Concurrent Web Crawler

The project involves the use of concuurency to efficiently crawl URLs and storing the HTML files of the found URLs in a local directory. The data race issue of having HTMLs from duplicate URLs stored is also prevented using synchronization mechanisms and an efficient indexing system to check for duplicates.

A merger jar file will not be necessary in this case as the program is designed to populate the results findings as the program runs.

Getting Started

These instructions will get you a copy of the project up and running on your local machine for development and testing purposes.

Prerequisites

The only requirement prior to executing the programs would be to set up the required jar file and the seed URL file to be taken as input.
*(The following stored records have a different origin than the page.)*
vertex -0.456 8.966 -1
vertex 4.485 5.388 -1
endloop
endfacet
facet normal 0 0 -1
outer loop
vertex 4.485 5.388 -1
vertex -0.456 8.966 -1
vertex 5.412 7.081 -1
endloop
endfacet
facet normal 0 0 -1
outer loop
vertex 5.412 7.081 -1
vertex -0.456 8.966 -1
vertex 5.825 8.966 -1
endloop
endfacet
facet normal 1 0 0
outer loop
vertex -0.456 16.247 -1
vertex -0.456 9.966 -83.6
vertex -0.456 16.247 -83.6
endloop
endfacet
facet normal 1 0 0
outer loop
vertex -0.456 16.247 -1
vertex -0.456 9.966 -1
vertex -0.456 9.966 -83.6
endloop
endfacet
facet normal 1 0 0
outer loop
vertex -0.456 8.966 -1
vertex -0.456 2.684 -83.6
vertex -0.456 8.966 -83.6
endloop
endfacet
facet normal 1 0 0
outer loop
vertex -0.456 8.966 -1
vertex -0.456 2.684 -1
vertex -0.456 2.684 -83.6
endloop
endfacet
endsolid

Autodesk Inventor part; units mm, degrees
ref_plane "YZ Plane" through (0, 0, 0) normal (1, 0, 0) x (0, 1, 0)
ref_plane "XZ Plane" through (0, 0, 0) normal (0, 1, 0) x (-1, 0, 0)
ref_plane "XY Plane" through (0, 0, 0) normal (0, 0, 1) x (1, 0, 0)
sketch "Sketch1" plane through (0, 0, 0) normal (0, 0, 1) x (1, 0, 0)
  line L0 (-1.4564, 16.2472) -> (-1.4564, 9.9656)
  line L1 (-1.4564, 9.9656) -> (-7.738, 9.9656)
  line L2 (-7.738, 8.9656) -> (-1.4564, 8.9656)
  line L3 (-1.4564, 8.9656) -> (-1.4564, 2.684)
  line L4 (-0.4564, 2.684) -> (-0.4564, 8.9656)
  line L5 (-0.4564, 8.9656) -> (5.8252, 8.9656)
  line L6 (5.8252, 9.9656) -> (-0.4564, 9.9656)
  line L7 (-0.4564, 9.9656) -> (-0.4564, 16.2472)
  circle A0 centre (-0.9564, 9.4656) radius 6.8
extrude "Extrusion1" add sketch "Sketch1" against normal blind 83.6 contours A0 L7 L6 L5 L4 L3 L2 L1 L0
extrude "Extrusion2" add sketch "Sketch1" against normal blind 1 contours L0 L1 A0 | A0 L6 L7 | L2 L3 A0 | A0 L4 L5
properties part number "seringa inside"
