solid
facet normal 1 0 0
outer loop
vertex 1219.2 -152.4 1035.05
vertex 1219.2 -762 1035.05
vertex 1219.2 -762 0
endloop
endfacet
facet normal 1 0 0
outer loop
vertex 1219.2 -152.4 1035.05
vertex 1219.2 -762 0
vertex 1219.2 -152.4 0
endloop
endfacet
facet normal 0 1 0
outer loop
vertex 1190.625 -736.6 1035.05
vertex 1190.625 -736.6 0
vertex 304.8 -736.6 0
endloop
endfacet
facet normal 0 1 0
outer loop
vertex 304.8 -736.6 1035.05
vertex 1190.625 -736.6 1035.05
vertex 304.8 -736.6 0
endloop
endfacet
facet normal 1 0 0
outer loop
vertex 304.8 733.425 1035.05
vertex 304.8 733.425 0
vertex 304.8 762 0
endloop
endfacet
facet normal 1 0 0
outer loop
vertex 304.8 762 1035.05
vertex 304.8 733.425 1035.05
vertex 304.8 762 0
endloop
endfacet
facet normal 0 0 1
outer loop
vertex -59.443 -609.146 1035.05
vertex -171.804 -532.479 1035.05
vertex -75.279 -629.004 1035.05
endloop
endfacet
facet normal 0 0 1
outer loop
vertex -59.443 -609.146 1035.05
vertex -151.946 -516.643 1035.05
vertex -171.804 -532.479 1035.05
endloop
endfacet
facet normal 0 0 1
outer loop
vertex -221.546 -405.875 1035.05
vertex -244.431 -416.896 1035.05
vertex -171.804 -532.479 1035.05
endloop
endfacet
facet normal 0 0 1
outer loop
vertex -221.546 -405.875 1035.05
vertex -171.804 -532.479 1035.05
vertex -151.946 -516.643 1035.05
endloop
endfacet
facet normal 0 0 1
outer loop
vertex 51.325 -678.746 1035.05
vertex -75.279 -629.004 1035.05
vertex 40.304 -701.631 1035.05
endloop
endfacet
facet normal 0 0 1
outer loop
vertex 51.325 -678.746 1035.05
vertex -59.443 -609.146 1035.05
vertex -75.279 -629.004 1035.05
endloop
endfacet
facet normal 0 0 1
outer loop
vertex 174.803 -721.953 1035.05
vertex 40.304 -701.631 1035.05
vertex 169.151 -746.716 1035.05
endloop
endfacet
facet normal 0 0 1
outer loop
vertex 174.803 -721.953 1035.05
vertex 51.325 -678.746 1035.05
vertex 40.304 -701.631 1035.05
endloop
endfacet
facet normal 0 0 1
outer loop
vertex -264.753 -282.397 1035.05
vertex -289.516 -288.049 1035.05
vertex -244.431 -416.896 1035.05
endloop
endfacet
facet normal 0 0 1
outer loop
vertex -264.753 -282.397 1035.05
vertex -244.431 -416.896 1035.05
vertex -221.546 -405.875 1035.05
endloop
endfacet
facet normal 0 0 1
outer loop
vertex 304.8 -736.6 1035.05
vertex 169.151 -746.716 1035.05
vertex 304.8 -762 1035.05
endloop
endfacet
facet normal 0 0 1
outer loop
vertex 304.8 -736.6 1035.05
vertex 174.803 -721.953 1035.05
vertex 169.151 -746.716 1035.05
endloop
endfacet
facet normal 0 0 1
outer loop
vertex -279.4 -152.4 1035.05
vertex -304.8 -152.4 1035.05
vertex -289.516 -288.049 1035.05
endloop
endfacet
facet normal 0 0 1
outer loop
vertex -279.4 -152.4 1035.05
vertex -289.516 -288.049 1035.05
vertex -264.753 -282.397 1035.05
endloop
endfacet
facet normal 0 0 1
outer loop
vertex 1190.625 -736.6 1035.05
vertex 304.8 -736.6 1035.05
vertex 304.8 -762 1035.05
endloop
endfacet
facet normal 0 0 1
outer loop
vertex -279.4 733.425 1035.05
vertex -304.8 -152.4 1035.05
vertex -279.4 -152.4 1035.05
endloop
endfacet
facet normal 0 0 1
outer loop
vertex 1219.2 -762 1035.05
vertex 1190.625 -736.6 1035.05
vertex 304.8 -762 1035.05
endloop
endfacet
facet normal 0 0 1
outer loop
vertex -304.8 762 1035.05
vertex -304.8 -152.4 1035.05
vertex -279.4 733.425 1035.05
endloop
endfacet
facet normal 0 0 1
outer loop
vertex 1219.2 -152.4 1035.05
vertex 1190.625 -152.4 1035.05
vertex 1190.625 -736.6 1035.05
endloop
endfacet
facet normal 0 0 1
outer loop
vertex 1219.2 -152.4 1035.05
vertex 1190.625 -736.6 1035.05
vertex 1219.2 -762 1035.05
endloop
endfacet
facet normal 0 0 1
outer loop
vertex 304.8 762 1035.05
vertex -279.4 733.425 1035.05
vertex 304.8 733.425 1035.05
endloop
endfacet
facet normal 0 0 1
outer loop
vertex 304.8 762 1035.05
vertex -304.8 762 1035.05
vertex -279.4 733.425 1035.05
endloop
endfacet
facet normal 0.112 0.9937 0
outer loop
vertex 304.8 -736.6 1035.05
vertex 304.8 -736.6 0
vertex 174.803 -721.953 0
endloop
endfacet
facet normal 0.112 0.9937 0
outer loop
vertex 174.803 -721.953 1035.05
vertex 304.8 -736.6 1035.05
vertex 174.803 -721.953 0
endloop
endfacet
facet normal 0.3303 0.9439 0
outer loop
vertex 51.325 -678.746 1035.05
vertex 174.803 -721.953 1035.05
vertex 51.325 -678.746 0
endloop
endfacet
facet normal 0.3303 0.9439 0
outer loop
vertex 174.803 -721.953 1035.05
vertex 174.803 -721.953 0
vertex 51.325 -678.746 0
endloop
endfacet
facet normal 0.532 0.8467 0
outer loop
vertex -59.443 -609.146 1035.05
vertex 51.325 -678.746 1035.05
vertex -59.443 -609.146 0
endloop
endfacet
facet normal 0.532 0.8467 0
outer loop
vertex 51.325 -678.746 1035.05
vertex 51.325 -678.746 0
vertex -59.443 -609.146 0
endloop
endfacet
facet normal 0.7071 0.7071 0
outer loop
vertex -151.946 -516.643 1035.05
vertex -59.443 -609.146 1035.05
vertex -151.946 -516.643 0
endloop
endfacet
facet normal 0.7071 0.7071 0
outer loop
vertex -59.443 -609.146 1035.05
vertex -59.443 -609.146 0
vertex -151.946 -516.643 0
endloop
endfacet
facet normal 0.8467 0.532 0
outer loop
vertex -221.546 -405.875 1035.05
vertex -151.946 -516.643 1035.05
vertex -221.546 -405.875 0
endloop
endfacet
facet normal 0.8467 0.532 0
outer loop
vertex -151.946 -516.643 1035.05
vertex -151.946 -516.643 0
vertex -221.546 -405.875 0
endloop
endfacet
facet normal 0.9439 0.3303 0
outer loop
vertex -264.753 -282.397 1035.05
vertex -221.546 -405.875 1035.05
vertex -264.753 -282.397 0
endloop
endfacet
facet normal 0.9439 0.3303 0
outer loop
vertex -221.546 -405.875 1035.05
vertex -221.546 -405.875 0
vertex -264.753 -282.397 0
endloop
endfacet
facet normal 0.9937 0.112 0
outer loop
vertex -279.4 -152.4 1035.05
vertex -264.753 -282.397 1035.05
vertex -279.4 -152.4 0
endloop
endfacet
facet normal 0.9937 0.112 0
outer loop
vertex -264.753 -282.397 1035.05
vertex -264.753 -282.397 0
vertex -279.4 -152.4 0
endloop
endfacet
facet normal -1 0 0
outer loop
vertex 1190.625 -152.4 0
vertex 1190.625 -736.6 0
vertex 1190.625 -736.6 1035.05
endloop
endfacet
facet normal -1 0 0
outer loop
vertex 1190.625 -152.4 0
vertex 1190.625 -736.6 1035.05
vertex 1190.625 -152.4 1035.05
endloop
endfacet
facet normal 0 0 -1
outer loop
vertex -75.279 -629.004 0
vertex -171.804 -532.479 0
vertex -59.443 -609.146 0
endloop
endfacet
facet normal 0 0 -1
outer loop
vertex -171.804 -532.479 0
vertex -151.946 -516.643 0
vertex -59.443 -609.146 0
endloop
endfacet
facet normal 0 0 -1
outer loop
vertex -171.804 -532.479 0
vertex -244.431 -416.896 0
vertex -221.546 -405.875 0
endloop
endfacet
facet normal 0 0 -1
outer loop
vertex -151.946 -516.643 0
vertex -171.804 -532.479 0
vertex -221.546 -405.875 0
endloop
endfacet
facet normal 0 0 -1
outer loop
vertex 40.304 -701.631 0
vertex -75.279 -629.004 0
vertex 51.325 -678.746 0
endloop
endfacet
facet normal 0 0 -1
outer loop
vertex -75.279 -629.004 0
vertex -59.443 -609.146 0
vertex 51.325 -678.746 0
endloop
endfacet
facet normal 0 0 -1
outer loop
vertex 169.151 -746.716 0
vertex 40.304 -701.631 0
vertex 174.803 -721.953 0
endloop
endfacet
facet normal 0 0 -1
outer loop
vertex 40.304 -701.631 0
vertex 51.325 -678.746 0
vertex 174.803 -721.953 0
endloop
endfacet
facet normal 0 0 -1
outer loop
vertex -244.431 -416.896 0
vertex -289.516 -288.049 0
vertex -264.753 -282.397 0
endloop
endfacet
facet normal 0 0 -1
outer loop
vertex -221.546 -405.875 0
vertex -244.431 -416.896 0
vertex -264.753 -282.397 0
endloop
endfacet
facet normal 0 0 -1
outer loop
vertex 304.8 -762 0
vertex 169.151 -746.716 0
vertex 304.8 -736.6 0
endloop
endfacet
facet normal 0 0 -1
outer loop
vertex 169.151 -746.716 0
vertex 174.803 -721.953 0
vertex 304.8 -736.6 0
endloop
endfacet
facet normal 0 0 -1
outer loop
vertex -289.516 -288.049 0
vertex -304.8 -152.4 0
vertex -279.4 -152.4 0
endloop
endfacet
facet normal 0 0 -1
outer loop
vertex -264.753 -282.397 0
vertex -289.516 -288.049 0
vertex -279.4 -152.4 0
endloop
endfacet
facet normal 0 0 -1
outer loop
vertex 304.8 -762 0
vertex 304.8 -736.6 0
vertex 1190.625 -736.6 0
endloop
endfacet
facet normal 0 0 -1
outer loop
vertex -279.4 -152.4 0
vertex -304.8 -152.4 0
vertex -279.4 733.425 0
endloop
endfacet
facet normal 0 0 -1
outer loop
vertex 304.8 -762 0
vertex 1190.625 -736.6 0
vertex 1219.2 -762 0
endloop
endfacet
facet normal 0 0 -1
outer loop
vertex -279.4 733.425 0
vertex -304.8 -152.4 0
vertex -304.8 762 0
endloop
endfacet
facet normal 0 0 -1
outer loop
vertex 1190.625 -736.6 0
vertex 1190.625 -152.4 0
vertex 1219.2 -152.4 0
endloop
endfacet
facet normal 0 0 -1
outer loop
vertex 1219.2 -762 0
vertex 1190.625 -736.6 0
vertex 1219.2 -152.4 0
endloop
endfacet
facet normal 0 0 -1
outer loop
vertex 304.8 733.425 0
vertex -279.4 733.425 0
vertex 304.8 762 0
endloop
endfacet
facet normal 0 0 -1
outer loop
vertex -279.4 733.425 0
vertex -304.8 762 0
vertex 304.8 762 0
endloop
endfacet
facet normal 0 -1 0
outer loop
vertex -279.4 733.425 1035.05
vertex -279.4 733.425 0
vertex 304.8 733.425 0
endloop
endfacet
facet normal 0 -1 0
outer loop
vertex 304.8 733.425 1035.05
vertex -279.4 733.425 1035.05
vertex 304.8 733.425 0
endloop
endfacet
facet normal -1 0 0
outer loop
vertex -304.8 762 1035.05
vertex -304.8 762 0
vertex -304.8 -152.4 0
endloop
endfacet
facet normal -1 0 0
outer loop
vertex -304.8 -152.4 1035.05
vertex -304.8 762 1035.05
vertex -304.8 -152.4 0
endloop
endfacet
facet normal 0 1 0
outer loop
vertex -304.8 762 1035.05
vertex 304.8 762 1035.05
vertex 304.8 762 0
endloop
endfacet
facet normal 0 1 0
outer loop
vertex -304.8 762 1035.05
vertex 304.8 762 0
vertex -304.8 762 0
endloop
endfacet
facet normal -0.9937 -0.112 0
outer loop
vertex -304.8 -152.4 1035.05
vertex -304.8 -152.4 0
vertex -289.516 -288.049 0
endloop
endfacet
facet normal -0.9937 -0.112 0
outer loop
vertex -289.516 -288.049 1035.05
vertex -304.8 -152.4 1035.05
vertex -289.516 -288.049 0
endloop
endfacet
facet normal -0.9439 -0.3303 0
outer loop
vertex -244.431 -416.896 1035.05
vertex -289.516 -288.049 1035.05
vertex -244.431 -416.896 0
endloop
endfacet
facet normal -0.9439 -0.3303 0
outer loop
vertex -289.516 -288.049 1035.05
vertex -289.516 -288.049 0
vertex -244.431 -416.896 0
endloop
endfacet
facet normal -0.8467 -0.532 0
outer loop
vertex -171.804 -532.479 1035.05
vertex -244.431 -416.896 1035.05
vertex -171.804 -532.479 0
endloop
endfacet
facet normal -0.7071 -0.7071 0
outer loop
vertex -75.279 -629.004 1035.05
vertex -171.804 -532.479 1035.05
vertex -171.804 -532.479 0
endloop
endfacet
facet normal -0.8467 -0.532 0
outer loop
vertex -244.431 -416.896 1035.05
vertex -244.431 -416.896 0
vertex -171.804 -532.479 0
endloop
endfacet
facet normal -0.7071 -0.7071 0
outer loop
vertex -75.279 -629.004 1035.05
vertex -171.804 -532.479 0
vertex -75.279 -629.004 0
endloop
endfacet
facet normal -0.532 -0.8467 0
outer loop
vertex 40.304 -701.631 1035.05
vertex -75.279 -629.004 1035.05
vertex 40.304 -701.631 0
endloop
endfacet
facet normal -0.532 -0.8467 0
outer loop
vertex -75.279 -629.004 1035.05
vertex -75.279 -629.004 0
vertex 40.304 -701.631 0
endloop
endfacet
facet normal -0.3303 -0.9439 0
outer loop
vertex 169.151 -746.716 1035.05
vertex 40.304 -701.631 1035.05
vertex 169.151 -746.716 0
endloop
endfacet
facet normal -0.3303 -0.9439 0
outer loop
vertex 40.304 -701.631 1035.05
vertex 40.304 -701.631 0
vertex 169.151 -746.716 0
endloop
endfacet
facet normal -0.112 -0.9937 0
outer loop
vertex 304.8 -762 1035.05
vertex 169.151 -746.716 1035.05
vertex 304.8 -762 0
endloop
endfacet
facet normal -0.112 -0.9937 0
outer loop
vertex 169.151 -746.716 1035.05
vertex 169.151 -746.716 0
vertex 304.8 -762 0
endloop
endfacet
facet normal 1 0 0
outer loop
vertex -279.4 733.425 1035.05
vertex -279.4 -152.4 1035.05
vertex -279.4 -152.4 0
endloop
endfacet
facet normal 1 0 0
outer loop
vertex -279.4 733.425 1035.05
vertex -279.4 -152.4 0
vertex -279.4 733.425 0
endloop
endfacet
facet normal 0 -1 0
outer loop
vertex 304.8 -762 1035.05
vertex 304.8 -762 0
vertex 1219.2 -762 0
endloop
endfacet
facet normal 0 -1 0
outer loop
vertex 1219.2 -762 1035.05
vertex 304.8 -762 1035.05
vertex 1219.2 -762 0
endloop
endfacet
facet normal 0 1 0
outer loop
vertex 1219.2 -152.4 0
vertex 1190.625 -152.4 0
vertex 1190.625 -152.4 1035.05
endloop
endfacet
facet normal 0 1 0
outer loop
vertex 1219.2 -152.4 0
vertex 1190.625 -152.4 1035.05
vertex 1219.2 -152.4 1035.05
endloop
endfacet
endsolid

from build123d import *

# Parameters (mm, degrees)
F0_W     = 584.2
F0_H     = 28.575
F0_W_2   = 28.575
F0_H_2   = 584.2
F1_DEPTH = 1035.05


with BuildPart() as f1:
    # F0 (on Top) → F1 (new body)
    with BuildSketch(Plane.XY):
        with Locations((12.7, 747.7125)):
            Rectangle(F0_W, F0_H)
        Polygon((-279.4, 733.425), (-279.4, 762), (-304.8, 762), (-304.8, -152.4), (-279.4, -152.4), align=None)
        with BuildLine():
            Line((-279.4, -152.4), (-304.8, -152.4))
            ThreePointArc((-304.8, -152.4), (-126.2522938113, -583.4522938113), (304.8, -762))
            Line((304.8, -762), (304.8, -736.6))
            ThreePointArc((304.8, -736.6), (-108.2917815692, -565.4917815692), (-279.4, -152.4))
        make_face()
        Polygon((304.8, -736.6), (304.8, -762), (1219.2, -762), (1219.2, -736.6), (1190.625, -736.6), align=None)
        with Locations((1204.9125, -444.5)):
            Rectangle(F0_W_2, F0_H_2)
    extrude(amount=F1_DEPTH)


solid = f1.part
  1. Under the P1_ConcurrentURLCrawler/jar/ folder, extract the crawler.jar file.
  2. Ensure that the seed url input file is named seed.txt.
  3. Place the compiled crawler.jar file along with the seed.txt file into an empty directory or local folder.

Execution

The execution of the crawler.jar file will cause additional folder to be created in the selected directory. The following command is executed to run the program for 24h , taking input from the seed.txt file and output results of crawled URLs to the res.txt file. The maximum number of HTMLs stored is indicated by the storedPageNum field. In this case, only 1000 HTML files will be stored in local directory.

java -jar crawler.jar -input seed.txt -output res.txt -time 24h -storedPageNum 1000

Results

The list of crawled URLs will be indicated in the res.txt file while the HTMLs will be stored in the folder, html/.